» WHAT IS REQUIRED
Restrict the output to the lines below starting at the one that contains "# Sketch001 → Pocket (cut)" and ending at the one that contains "FreeCAD Python script", and restate them word for word, both ends included.
------ EXERCISE INPUTS ------
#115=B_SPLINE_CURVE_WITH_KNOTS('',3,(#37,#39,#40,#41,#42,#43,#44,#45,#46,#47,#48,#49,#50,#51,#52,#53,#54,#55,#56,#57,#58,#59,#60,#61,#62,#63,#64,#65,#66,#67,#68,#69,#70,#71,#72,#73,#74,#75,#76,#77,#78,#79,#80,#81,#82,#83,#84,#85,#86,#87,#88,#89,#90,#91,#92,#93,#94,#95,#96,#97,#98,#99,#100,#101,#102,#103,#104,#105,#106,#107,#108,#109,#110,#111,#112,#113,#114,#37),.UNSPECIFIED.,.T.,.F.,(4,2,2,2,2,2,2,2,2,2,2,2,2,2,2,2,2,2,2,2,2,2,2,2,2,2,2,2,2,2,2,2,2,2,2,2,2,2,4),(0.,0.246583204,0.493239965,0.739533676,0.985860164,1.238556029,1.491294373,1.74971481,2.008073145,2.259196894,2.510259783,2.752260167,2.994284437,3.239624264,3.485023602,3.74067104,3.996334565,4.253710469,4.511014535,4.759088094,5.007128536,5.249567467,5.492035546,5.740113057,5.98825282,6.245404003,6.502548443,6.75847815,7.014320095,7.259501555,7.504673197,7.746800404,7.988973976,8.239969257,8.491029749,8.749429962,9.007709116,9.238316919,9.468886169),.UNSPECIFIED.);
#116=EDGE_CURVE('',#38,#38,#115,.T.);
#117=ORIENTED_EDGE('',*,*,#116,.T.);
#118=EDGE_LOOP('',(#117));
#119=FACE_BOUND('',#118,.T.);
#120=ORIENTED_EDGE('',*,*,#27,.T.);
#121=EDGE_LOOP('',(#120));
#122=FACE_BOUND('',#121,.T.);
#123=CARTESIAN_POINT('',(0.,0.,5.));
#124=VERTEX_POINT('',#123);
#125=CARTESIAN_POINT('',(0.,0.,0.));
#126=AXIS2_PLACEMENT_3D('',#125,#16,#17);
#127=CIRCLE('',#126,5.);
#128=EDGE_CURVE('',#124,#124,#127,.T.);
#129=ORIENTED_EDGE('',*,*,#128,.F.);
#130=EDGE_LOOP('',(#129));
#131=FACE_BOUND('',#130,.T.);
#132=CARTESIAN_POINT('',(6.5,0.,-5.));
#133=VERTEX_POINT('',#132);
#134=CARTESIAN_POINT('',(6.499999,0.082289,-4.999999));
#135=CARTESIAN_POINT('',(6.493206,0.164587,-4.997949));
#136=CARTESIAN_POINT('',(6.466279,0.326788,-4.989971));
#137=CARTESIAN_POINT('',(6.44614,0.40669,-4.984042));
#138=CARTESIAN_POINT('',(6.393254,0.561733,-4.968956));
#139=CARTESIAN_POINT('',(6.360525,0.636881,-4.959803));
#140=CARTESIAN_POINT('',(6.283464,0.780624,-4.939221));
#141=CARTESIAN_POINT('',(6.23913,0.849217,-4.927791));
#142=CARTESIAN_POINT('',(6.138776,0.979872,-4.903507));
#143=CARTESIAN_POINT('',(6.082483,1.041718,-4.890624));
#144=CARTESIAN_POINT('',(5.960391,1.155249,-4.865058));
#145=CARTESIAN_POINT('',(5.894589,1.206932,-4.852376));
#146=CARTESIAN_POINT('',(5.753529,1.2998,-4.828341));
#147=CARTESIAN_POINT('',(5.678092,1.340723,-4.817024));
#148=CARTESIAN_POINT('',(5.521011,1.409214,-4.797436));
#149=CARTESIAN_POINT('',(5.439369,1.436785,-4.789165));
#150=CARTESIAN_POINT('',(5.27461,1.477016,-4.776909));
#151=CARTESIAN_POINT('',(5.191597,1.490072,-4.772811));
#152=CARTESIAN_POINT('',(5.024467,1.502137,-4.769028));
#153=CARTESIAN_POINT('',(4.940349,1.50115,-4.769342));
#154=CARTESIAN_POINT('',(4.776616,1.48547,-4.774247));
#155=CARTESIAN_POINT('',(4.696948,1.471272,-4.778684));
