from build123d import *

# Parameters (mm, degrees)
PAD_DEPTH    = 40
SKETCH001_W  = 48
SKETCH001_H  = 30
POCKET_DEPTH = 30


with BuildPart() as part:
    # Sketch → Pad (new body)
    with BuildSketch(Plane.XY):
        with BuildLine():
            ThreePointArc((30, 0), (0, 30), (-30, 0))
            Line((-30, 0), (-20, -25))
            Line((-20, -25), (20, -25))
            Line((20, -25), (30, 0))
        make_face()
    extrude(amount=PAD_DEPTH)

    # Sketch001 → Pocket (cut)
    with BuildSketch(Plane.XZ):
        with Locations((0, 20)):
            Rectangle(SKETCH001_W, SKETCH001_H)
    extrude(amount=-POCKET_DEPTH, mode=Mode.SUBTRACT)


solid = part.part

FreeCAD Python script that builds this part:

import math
import FreeCAD as App
import Part
import Sketcher
from FreeCAD import Vector

doc = App.newDocument("Part")
body = doc.addObject("PartDesign::Body", "Body")

sketch1 = body.newObject("Sketcher::SketchObject", "Sketch")
sketch1.AttachmentSupport = (doc.getObject("XY_Plane"), [""])
sketch1.MapMode = "FlatFace"
sketch1.addGeometry(Part.ArcOfCircle(Part.Circle(Vector(0, 0, 0), Vector(0, 0, 1), 30), math.radians(0), math.radians(180)), False)
sketch1.addGeometry(Part.LineSegment(Vector(-30, 0, 0), Vector(-20, -25, 0)), False)
sketch1.addGeometry(Part.LineSegment(Vector(-20, -25, 0), Vector(20, -25, 0)), False)
sketch1.addGeometry(Part.LineSegment(Vector(20, -25, 0), Vector(30, 0, 0)), False)
sketch1.addConstraint(Sketcher.Constraint("Coincident", 0, 2, 1, 1))
sketch1.addConstraint(Sketcher.Constraint("Coincident", 1, 2, 2, 1))
sketch1.addConstraint(Sketcher.Constraint("Coincident", 2, 2, 3, 1))
sketch1.addConstraint(Sketcher.Constraint("Coincident", 3, 2, 0, 1))
sketch1.addConstraint(Sketcher.Constraint("Horizontal", 2))
sketch1.addConstraint(Sketcher.Constraint("Coincident", 0, 3, -1, 1))
sketch1.addConstraint(Sketcher.Constraint("PointOnObject", 0, 2, -1))
sketch1.addConstraint(Sketcher.Constraint("PointOnObject", 3, 2, -1))
sketch1.addConstraint(Sketcher.Constraint("Equal", 1, 3))
sketch1.addConstraint(Sketcher.Constraint("Radius", 0, 30.0))
sketch1.addConstraint(Sketcher.Constraint("DistanceX", 2, 1, 2, 2, 40.0))
sketch1.addConstraint(Sketcher.Constraint("DistanceY", 1, 2, -1, 1, 25.0))
pad1 = body.newObject("PartDesign::Pad", "Pad")
pad1.Profile = sketch1
pad1.Length = 40

sketch2 = body.newObject("Sketcher::SketchObject", "Sketch001")
sketch2.AttachmentSupport = (doc.getObject("XZ_Plane"), [""])
sketch2.MapMode = "FlatFace"
sketch2.addGeometry(Part.LineSegment(Vector(-24, 35, 0), Vector(-24, 5, 0)), False)
sketch2.addGeometry(Part.LineSegment(Vector(-24, 5, 0), Vector(24, 5, 0)), False)
sketch2.addGeometry(Part.LineSegment(Vector(24, 5, 0), Vector(24, 35, 0)), False)
sketch2.addGeometry(Part.LineSegment(Vector(24, 35, 0), Vector(-24, 35, 0)), False)
sketch2.addConstraint(Sketcher.Constraint("Coincident", 0, 2, 1, 1))
sketch2.addConstraint(Sketcher.Constraint("Coincident", 1, 2, 2, 1))
sketch2.addConstraint(Sketcher.Constraint("Coincident", 2, 2, 3, 1))
sketch2.addConstraint(Sketcher.Constraint("Coincident", 3, 2, 0, 1))
sketch2.addConstraint(Sketcher.Constraint("Vertical", 0))
sketch2.addConstraint(Sketcher.Constraint("Horizontal", 1))
sketch2.addConstraint(Sketcher.Constraint("Vertical", 2))
sketch2.addConstraint(Sketcher.Constraint("Horizontal", 3))
sketch2.addConstraint(Sketcher.Constraint("DistanceX", 1, 1, 1, 2, 48.0))
sketch2.addConstraint(Sketcher.Constraint("DistanceY", 0, 2, 0, 1, 30.0))
sketch2.addConstraint(Sketcher.Constraint("DistanceX", 0, 2, -1, 1, 24.0))
sketch2.addConstraint(Sketcher.Constraint("DistanceY", -1, 1, 0, 2, 5.0))
pocket1 = body.newObject("PartDesign::Pocket", "Pocket")
pocket1.Profile = sketch2
pocket1.Length = 30

doc.recompute()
------
» OUTPUT FOR THIS TASK
    # Sketch001 → Pocket (cut)
    with BuildSketch(Plane.XZ):
        with Locations((0, 20)):
            Rectangle(SKETCH001_W, SKETCH001_H)
    extrude(amount=-POCKET_DEPTH, mode=Mode.SUBTRACT)


solid = part.part

FreeCAD Python script that builds this part:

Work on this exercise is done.